Looking at the plays they just made on the winning drive. He’s looking at the formation of the opposing defense, analyzing what he could exploit, what mistakes they are making, etc. This is maximizing your time.
He’s one of the best ever, yet he’s not ‘walking away‘ from the game. He’s engaging in it every moment he can, looking for patterns, reviewing plays, looking to spot what he missed earlier.
This is what you should be doing if you are trading set and forget strategies – using every moment you have. Each practice trade you do on Forex Tester 2 is like an extra lap on the track. Who do you think gets faster and more conditioned? The person who does 2-3 laps per week, or the runner who does 30+ a day?

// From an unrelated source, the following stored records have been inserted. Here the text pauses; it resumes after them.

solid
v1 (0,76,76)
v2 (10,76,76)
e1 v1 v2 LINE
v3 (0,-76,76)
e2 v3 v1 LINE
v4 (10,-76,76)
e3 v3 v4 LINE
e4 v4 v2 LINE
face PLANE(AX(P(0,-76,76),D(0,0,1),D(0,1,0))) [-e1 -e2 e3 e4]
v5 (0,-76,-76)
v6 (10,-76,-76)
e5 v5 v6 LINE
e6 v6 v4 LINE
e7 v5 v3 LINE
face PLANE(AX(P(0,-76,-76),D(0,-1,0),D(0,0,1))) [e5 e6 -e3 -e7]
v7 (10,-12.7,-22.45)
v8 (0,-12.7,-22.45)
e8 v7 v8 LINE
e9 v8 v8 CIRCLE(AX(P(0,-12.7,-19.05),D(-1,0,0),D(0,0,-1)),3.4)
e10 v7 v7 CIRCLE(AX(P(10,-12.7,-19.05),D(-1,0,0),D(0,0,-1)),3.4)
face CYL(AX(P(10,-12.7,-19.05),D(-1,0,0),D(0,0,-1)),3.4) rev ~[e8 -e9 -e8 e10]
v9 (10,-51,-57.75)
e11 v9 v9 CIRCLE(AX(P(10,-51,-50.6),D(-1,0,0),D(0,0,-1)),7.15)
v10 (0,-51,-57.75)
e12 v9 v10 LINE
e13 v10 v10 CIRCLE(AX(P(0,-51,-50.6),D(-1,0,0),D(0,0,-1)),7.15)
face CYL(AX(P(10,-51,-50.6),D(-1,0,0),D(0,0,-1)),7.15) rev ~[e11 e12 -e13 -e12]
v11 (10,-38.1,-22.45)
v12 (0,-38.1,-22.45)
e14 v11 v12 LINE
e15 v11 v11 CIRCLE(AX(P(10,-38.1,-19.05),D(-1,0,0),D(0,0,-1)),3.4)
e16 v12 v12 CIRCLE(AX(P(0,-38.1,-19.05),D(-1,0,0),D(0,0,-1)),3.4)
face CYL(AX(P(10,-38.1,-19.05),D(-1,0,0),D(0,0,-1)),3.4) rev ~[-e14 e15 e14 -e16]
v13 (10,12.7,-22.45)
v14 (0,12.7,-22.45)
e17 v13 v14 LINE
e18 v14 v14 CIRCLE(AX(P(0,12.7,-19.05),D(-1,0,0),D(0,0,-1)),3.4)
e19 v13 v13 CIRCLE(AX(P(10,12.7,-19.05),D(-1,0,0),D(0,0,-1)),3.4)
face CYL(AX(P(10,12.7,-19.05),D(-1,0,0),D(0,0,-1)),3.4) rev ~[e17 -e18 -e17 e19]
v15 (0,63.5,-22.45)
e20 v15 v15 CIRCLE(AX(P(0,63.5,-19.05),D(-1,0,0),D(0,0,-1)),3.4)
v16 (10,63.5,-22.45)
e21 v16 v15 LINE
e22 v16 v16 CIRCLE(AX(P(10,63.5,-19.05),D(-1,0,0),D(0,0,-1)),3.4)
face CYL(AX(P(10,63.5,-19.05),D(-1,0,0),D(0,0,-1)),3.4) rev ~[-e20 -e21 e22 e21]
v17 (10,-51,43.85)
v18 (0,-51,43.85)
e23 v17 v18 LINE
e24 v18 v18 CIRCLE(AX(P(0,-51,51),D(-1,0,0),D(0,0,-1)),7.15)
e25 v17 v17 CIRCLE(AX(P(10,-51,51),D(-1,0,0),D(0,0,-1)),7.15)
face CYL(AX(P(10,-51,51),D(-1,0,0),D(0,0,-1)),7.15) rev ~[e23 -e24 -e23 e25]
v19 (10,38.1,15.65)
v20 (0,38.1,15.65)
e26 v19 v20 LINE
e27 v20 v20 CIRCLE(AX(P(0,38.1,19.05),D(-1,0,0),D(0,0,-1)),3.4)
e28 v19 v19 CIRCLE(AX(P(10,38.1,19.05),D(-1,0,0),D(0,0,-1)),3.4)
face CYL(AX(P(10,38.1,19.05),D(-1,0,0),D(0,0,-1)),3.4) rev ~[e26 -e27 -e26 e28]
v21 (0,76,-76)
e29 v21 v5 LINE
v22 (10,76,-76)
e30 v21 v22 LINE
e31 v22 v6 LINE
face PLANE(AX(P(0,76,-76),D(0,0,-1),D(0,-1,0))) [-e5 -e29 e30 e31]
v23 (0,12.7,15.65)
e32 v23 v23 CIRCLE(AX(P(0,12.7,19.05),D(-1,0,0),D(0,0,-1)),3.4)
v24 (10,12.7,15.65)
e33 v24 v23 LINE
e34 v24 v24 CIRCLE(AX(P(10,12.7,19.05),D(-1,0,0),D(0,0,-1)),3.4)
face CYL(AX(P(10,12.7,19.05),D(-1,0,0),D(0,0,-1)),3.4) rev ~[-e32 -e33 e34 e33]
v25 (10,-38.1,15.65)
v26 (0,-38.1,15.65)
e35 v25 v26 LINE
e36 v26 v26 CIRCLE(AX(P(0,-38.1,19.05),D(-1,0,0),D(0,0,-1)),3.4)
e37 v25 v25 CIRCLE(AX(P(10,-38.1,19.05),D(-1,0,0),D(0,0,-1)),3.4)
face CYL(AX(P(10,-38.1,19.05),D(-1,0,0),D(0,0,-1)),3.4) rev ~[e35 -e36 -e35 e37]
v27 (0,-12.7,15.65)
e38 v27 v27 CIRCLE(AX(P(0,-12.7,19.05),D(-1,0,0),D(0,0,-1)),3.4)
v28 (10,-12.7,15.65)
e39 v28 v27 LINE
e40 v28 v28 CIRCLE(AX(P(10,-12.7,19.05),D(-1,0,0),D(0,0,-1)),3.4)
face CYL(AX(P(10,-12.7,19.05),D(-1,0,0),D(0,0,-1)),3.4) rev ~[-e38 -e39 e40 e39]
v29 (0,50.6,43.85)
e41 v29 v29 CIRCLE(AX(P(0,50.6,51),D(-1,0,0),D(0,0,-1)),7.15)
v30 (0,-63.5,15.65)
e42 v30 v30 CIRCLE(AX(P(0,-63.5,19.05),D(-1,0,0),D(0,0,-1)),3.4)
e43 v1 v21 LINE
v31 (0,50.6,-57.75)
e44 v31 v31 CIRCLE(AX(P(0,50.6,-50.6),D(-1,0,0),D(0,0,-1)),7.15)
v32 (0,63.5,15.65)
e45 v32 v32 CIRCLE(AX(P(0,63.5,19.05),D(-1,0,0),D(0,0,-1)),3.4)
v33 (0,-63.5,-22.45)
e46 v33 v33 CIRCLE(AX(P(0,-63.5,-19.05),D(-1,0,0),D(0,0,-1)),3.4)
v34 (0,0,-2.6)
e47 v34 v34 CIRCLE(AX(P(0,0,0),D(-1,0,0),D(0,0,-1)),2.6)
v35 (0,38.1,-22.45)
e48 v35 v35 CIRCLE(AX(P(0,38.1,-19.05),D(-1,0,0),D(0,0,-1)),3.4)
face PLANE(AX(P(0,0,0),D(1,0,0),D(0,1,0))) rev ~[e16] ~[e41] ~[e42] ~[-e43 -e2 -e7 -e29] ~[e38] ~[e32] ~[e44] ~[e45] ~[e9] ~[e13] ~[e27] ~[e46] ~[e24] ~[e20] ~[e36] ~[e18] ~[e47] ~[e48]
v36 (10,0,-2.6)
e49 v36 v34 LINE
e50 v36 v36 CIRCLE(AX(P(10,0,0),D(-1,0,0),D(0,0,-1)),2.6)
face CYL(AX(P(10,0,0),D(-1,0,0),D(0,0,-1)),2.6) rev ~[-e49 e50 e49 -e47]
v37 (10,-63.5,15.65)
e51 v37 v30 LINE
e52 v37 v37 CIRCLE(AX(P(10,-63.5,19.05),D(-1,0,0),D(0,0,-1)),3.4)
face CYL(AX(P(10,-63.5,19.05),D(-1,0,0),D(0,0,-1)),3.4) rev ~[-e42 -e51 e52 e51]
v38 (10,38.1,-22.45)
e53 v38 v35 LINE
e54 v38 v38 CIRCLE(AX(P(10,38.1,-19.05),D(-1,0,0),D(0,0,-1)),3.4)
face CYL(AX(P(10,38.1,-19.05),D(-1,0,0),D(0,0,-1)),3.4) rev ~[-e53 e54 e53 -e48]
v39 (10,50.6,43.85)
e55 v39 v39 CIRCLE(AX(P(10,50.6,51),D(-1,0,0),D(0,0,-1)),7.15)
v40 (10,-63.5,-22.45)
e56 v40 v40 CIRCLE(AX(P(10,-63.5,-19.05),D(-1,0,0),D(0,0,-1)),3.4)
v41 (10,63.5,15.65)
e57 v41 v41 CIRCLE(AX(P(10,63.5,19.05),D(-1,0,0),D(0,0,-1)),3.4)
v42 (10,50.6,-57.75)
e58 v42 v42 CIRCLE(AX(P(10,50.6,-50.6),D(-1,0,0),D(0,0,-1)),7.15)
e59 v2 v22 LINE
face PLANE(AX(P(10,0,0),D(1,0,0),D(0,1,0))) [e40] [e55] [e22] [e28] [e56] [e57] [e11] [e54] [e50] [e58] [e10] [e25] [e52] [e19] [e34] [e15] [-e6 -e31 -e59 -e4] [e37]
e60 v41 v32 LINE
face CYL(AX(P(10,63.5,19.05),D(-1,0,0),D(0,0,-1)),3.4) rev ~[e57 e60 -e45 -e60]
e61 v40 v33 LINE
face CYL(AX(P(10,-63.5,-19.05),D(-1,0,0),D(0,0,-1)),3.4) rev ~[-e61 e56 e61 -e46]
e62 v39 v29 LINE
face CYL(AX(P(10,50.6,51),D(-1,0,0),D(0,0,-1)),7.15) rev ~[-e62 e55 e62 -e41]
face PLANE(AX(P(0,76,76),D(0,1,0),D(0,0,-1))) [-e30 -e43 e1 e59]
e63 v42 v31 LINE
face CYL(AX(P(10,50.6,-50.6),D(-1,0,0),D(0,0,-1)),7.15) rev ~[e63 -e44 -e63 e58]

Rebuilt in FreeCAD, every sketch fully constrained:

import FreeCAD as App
import Part
import Sketcher

V = App.Vector
Q = App.Units.Quantity

doc = App.newDocument("Part")
body = doc.addObject("PartDesign::Body", "Body")

sketch1 = body.newObject("Sketcher::SketchObject", "Sketch")
sketch1.AttachmentSupport = (doc.getObject("YZ_Plane"), [""])
sketch1.MapMode = "FlatFace"
sketch1.addGeometry(Part.LineSegment(V(-76, -76, 0), V(76, -76, 0)), False)
sketch1.addGeometry(Part.LineSegment(V(76, -76, 0), V(76, 76, 0)), False)
sketch1.addGeometry(Part.LineSegment(V(76, 76, 0), V(-76, 76, 0)), False)
sketch1.addGeometry(Part.LineSegment(V(-76, 76, 0), V(-76, -76, 0)), False)
sketch1.addConstraint(Sketcher.Constraint("Coincident", 0, 2, 1, 1))
sketch1.addConstraint(Sketcher.Constraint("Coincident", 1, 2, 2, 1))
sketch1.addConstraint(Sketcher.Constraint("Coincident", 2, 2, 3, 1))
sketch1.addConstraint(Sketcher.Constraint("Coincident", 3, 2, 0, 1))
sketch1.addConstraint(Sketcher.Constraint("Horizontal", 0))
sketch1.addConstraint(Sketcher.Constraint("Vertical", 1))
sketch1.addConstraint(Sketcher.Constraint("Horizontal", 2))
sketch1.addConstraint(Sketcher.Constraint("Vertical", 3))
sketch1.addConstraint(Sketcher.Constraint("Symmetric", 0, 2, 2, 2, -1, 1))
sketch1.addConstraint(Sketcher.Constraint("Equal", 2, 1))
sketch1.addConstraint(Sketcher.Constraint("DistanceX", 0, 1, 0, 2, Q("152 mm")))
pad1 = body.newObject("PartDesign::Pad", "Pad")
pad1.Profile = sketch1
pad1.Length = 10

sketch2 = body.newObject("Sketcher::SketchObject", "Sketch001")
sketch2.AttachmentSupport = (doc.getObject("YZ_Plane"), [""])
sketch2.MapMode = "FlatFace"
sketch2.AttachmentOffset = App.Placement(V(0, 0, 10), App.Rotation())
sketch2.addGeometry(Part.Circle(V(50.6, -50.6, 0), V(0, 0, 1), 7.15), False)
sketch2.addConstraint(Sketcher.Constraint("Diameter", 0, Q("14.3 mm")))
sketch2.addConstraint(Sketcher.Constraint("DistanceX", -1, 1, 0, 3, Q("50.6 mm")))
sketch2.addConstraint(Sketcher.Constraint("DistanceY", 0, 3, -1, 1, Q("50.6 mm")))
doc.recompute()
hole = body.newObject("PartDesign::Hole", "Hole")
hole.Profile = sketch2
hole.ThreadType = "None"
hole.Diameter = 14.3
hole.DepthType = "ThroughAll"

sketch3 = body.newObject("Sketcher::SketchObject", "Sketch002")
sketch3.AttachmentSupport = (doc.getObject("YZ_Plane"), [""])
sketch3.MapMode = "FlatFace"
sketch3.AttachmentOffset = App.Placement(V(0, 0, 10), App.Rotation())
sketch3.addGeometry(Part.Circle(V(50.6, 51, 0), V(0, 0, 1), 7.15), False)
sketch3.addConstraint(Sketcher.Constraint("Diameter", 0, Q("14.3 mm")))
sketch3.addConstraint(Sketcher.Constraint("DistanceY", -1, 1, 0, 3, Q("51 mm")))
sketch3.addConstraint(Sketcher.Constraint("DistanceX", -1, 1, 0, 3, Q("50.6 mm")))
doc.recompute()
hole2 = body.newObject("PartDesign::Hole", "Hole001")
hole2.Profile = sketch3
hole2.ThreadType = "None"
hole2.Diameter = 14.3
hole2.DepthType = "ThroughAll"

sketch4 = body.newObject("Sketcher::SketchObject", "Sketch003")
sketch4.AttachmentSupport = (doc.getObject("YZ_Plane"), [""])
sketch4.MapMode = "FlatFace"
sketch4.AttachmentOffset = App.Placement(V(0, 0, 10), App.Rotation())
sketch4.addGeometry(Part.Circle(V(-51, -50.6, 0), V(0, 0, 1), 7.15), False)
sketch4.addConstraint(Sketcher.Constraint("Diameter", 0, Q("14.3 mm")))
sketch4.addConstraint(Sketcher.Constraint("DistanceX", 0, 3, -1, 1, Q("51 mm")))
sketch4.addConstraint(Sketcher.Constraint("DistanceY", 0, 3, -1, 1, Q("50.6 mm")))
doc.recompute()
hole3 = body.newObject("PartDesign::Hole", "Hole002")
hole3.Profile = sketch4
hole3.ThreadType = "None"
hole3.Diameter = 14.3
hole3.DepthType = "ThroughAll"

sketch5 = body.newObject("Sketcher::SketchObject", "Sketch004")
sketch5.AttachmentSupport = (doc.getObject("YZ_Plane"), [""])
sketch5.MapMode = "FlatFace"
sketch5.AttachmentOffset = App.Placement(V(0, 0, 10), App.Rotation())
sketch5.addGeometry(Part.Circle(V(-51, 51, 0), V(0, 0, 1), 7.15), False)
sketch5.addConstraint(Sketcher.Constraint("Diameter", 0, Q("14.3 mm")))
sketch5.addConstraint(Sketcher.Constraint("DistanceX", 0, 3, -1, 1, Q("51 mm")))
sketch5.addConstraint(Sketcher.Constraint("DistanceY", -1, 1, 0, 3, Q("51 mm")))
doc.recompute()
hole4 = body.newObject("PartDesign::Hole", "Hole003")
hole4.Profile = sketch5
hole4.ThreadType = "None"
hole4.Diameter = 14.3
hole4.DepthType = "ThroughAll"

sketch6 = body.newObject("Sketcher::SketchObject", "Sketch005")
sketch6.AttachmentSupport = (doc.getObject("YZ_Plane"), [""])
sketch6.MapMode = "FlatFace"
sketch6.AttachmentOffset = App.Placement(V(0, 0, 10), App.Rotation())
sketch6.addGeometry(Part.Circle(V(63.5, -19.05, 0), V(0, 0, 1), 3.4), False)
sketch6.addConstraint(Sketcher.Constraint("Diameter", 0, Q("6.8 mm")))
sketch6.addConstraint(Sketcher.Constraint("DistanceX", -1, 1, 0, 3, Q("63.5 mm")))
sketch6.addConstraint(Sketcher.Constraint("DistanceY", 0, 3, -1, 1, Q("19.05 mm")))
doc.recompute()
hole5 = body.newObject("PartDesign::Hole", "Hole004")
hole5.Profile = sketch6
hole5.ThreadType = "None"
hole5.Diameter = 6.8
hole5.DepthType = "ThroughAll"

sketch7 = body.newObject("Sketcher::SketchObject", "Sketch006")
sketch7.AttachmentSupport = (doc.getObject("YZ_Plane"), [""])
sketch7.MapMode = "FlatFace"
sketch7.AttachmentOffset = App.Placement(V(0, 0, 10), App.Rotation())
sketch7.addGeometry(Part.Circle(V(63.5, 19.05, 0), V(0, 0, 1), 3.4), False)
sketch7.addConstraint(Sketcher.Constraint("Diameter", 0, Q("6.8 mm")))
sketch7.addConstraint(Sketcher.Constraint("DistanceX", -1, 1, 0, 3, Q("63.5 mm")))
sketch7.addConstraint(Sketcher.Constraint("DistanceY", -1, 1, 0, 3, Q("19.05 mm")))
doc.recompute()
hole6 = body.newObject("PartDesign::Hole", "Hole005")
hole6.Profile = sketch7
hole6.ThreadType = "None"
hole6.Diameter = 6.8
hole6.DepthType = "ThroughAll"
doc.recompute()

linearpattern = body.newObject("PartDesign::LinearPattern", "LinearPattern")
linearpattern.Originals = [hole5]
linearpattern.Direction = (doc.getObject("Y_Axis"), [""])
linearpattern.Mode = "offset"
linearpattern.Offset = 25.4
linearpattern.Occurrences = 6
linearpattern.Reversed = True
body.Tip = linearpattern
doc.recompute()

Rhetorical question – but had to ask.
So don’t be a ‘lazy trader’ and just ‘walk away’ as you’re just losing valuable screen time to do more laps. Utilize your time to the max. Trading, is just like any skill as you need practice, lots of screen time, & a successful mindset.

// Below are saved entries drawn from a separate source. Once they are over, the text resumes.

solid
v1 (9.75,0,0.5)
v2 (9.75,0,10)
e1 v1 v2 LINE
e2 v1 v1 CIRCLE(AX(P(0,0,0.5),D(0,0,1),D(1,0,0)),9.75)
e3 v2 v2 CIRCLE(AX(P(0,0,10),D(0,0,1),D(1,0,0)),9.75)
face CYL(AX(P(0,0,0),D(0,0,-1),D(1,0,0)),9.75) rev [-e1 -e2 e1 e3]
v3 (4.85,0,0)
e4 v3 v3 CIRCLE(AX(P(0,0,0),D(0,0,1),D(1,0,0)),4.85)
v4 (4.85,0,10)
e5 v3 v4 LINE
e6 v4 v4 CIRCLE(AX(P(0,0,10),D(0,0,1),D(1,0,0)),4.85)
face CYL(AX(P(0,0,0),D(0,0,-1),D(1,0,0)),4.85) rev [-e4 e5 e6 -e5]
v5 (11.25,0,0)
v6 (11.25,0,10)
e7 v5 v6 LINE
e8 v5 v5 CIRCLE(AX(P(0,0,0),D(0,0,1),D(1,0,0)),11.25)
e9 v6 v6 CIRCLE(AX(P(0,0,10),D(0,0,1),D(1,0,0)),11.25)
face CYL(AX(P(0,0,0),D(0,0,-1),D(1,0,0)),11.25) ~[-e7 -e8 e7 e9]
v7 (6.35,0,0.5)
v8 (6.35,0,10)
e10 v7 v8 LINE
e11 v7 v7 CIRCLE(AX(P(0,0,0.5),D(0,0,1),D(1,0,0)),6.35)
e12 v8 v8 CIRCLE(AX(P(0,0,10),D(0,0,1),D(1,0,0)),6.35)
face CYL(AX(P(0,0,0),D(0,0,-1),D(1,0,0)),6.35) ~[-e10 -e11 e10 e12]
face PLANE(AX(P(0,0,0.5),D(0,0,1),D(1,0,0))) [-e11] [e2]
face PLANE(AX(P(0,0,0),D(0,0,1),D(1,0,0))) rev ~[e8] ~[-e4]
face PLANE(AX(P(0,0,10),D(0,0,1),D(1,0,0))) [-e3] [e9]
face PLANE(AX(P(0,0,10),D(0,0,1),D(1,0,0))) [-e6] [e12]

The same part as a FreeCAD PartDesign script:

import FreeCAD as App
import Part
import Sketcher

doc = App.newDocument("Part")
body = doc.addObject("PartDesign::Body", "Body")

# Sketch on XY plane
sketch1 = body.newObject("Sketcher::SketchObject", "Sketch")
sketch1.AttachmentSupport = (doc.getObject("XY_Plane"), [""])
sketch1.MapMode = "FlatFace"
sketch1.addGeometry([
    Part.Circle(App.Vector(0, 0, 0), App.Vector(0, 0, 1), 11),
    Part.Circle(App.Vector(0, 0, 0), App.Vector(0, 0, 1), 10),
], False)
sketch1.addConstraint([
    Sketcher.Constraint("Coincident", 0, 3, -1, 1),
    Sketcher.Constraint("Coincident", 1, 3, -1, 1),
    Sketcher.Constraint("Diameter", 0, 22.5),
    Sketcher.Constraint("Diameter", 1, 19.5),
])
pad1 = body.newObject("PartDesign::Pad", "Pad")
pad1.Profile = sketch1
pad1.Length = 10
body2 = doc.addObject("PartDesign::Body", "Body001")

# Sketch on XY plane
sketch2 = body2.newObject("Sketcher::SketchObject", "Sketch001")
sketch2.AttachmentSupport = (doc.getObject("XY_Plane001"), [""])
sketch2.MapMode = "FlatFace"
sketch2.addGeometry([
    Part.Circle(App.Vector(0, 0, 0), App.Vector(0, 0, 1), 6.3),
    Part.Circle(App.Vector(0, 0, 0), App.Vector(0, 0, 1), 4.9),
], False)
sketch2.addConstraint([
    Sketcher.Constraint("Coincident", 0, 3, -1, 1),
    Sketcher.Constraint("Coincident", 1, 3, -1, 1),
    Sketcher.Constraint("Diameter", 0, 12.7),
    Sketcher.Constraint("Diameter", 1, 9.7),
])
pad2 = body2.newObject("PartDesign::Pad", "Pad001")
pad2.Profile = sketch2
pad2.Length = 10
body.AllowCompound = True
doc.recompute()

boolean = body.newObject("PartDesign::Boolean", "Boolean")
boolean.Type = "Fuse"
boolean.addObjects([body2])

# Sketch on XY plane
sketch3 = body.newObject("Sketcher::SketchObject", "Sketch002")
sketch3.AttachmentSupport = (doc.getObject("XY_Plane"), [""])
sketch3.MapMode = "FlatFace"
sketch3.addGeometry([
    Part.Circle(App.Vector(0, 0, 0), App.Vector(0, 0, 1), 10),
    Part.Circle(App.Vector(0, 0, 0), App.Vector(0, 0, 1), 6),
], False)
sketch3.addConstraint([
    Sketcher.Constraint("Coincident", 0, 3, -1, 1),
    Sketcher.Constraint("Coincident", 1, 3, -1, 1),
    Sketcher.Constraint("Diameter", 0, 19.5),
    Sketcher.Constraint("Diameter", 1, 12.7),
])
pad3 = body.newObject("PartDesign::Pad", "Pad002")
pad3.Profile = sketch3
pad3.Length = 0.5

doc.recompute()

By doing using your time doing live simulation testing and reviewing trades, you are accelerating your learning curve, creating stronger neural networks for trading, and building screen time which is critical to trading success.
Great article again Chris, thank you.
Thanks Ferb.
I guess one could say that ‘set and forget then walk away’ strategies are for those who care only about the money and not about learning to trade. It’s almost akin to ‘make money in your sleep’ or ‘we do the work and analysis for you so you don’t have to’. Those pitches make me cringe.
Well, I would disagree that its for those who only care about money. If you do care about money, and the skill – you put more effort into it. I think its for those who want an ‘easy’ way out, which is called Trader Fantasy land.
But yes, those pitches should make you cringe.
Kind Regards,
Chris Capre
Hi Chris, MT4 has its own simulator, all you have to do is press Ctrl + R and customize the settings. Whats wrong with this option?
Cheers.
Hello Apex,
Does it have all the adjustable features as Forex Tester 2?
Kind Regards,
Chris Capre
Hello Chris,
Does forex tester allow you to switch between the time frames while testing one pair?
If yes then I’ll definitely get this software!
Kind Regards
Mantas
Hello Mantas,
Yes it does – you can change to any time frame, along with any interval as well, meaning you can look at a 1hr chart, but have the bars update on the close of every 5 min bar close. So 12x for each 1hr candle. On top of that, you can choose the speed at which it churns out the 5m candles, so quite useful imo.
Kind Regards,
Chris Capre
Fabulous article Chris. Forex Tester 2 has immensely improved my skills in the past two months. I can’t recommend it enough to anyone who’s looking to improve their trading.
Hello Eno,
Glad to hear – and yes, if used right, it can definitely help improve your skills.
Kind Regards,
Chris Capre
Hi Chris,
Probably not, I dont use it because it can take up a large amount of resources on my computer, not very efficient.
Its mainly for testing EA’s, whereas FT2 allows you to individually place orders and review afterwards.
I want to go for FT2 soon.
Apex.
Couldn’t agree more Chris. Nice to correct some mis-information from other price action “authorities”
Hello Simon,
Indeed there is a lot of mis-information shared by such ‘authorities’ which actually hurts people’s trading. So hopefully this gives a more amplified and expanded approach to trading set-and-forget strategies.
Kind Regards,
Chris Capre
Well, on this article you say snf is bad on your other article 4h and daily you recommend it… seems strange to me
Hello Marc,
There seems to be a misunderstanding of what’s being said in this article. Nobody is saying Set and Forget is bad. What we are saying it the popularized version of it isn’t helpful to your learning process.
What we do suggest is very specific things to do IF you are going to use set and forget trading, and how you can maximize it (hence the title).
Hopefully this clarifies the differences and what is being communicated here.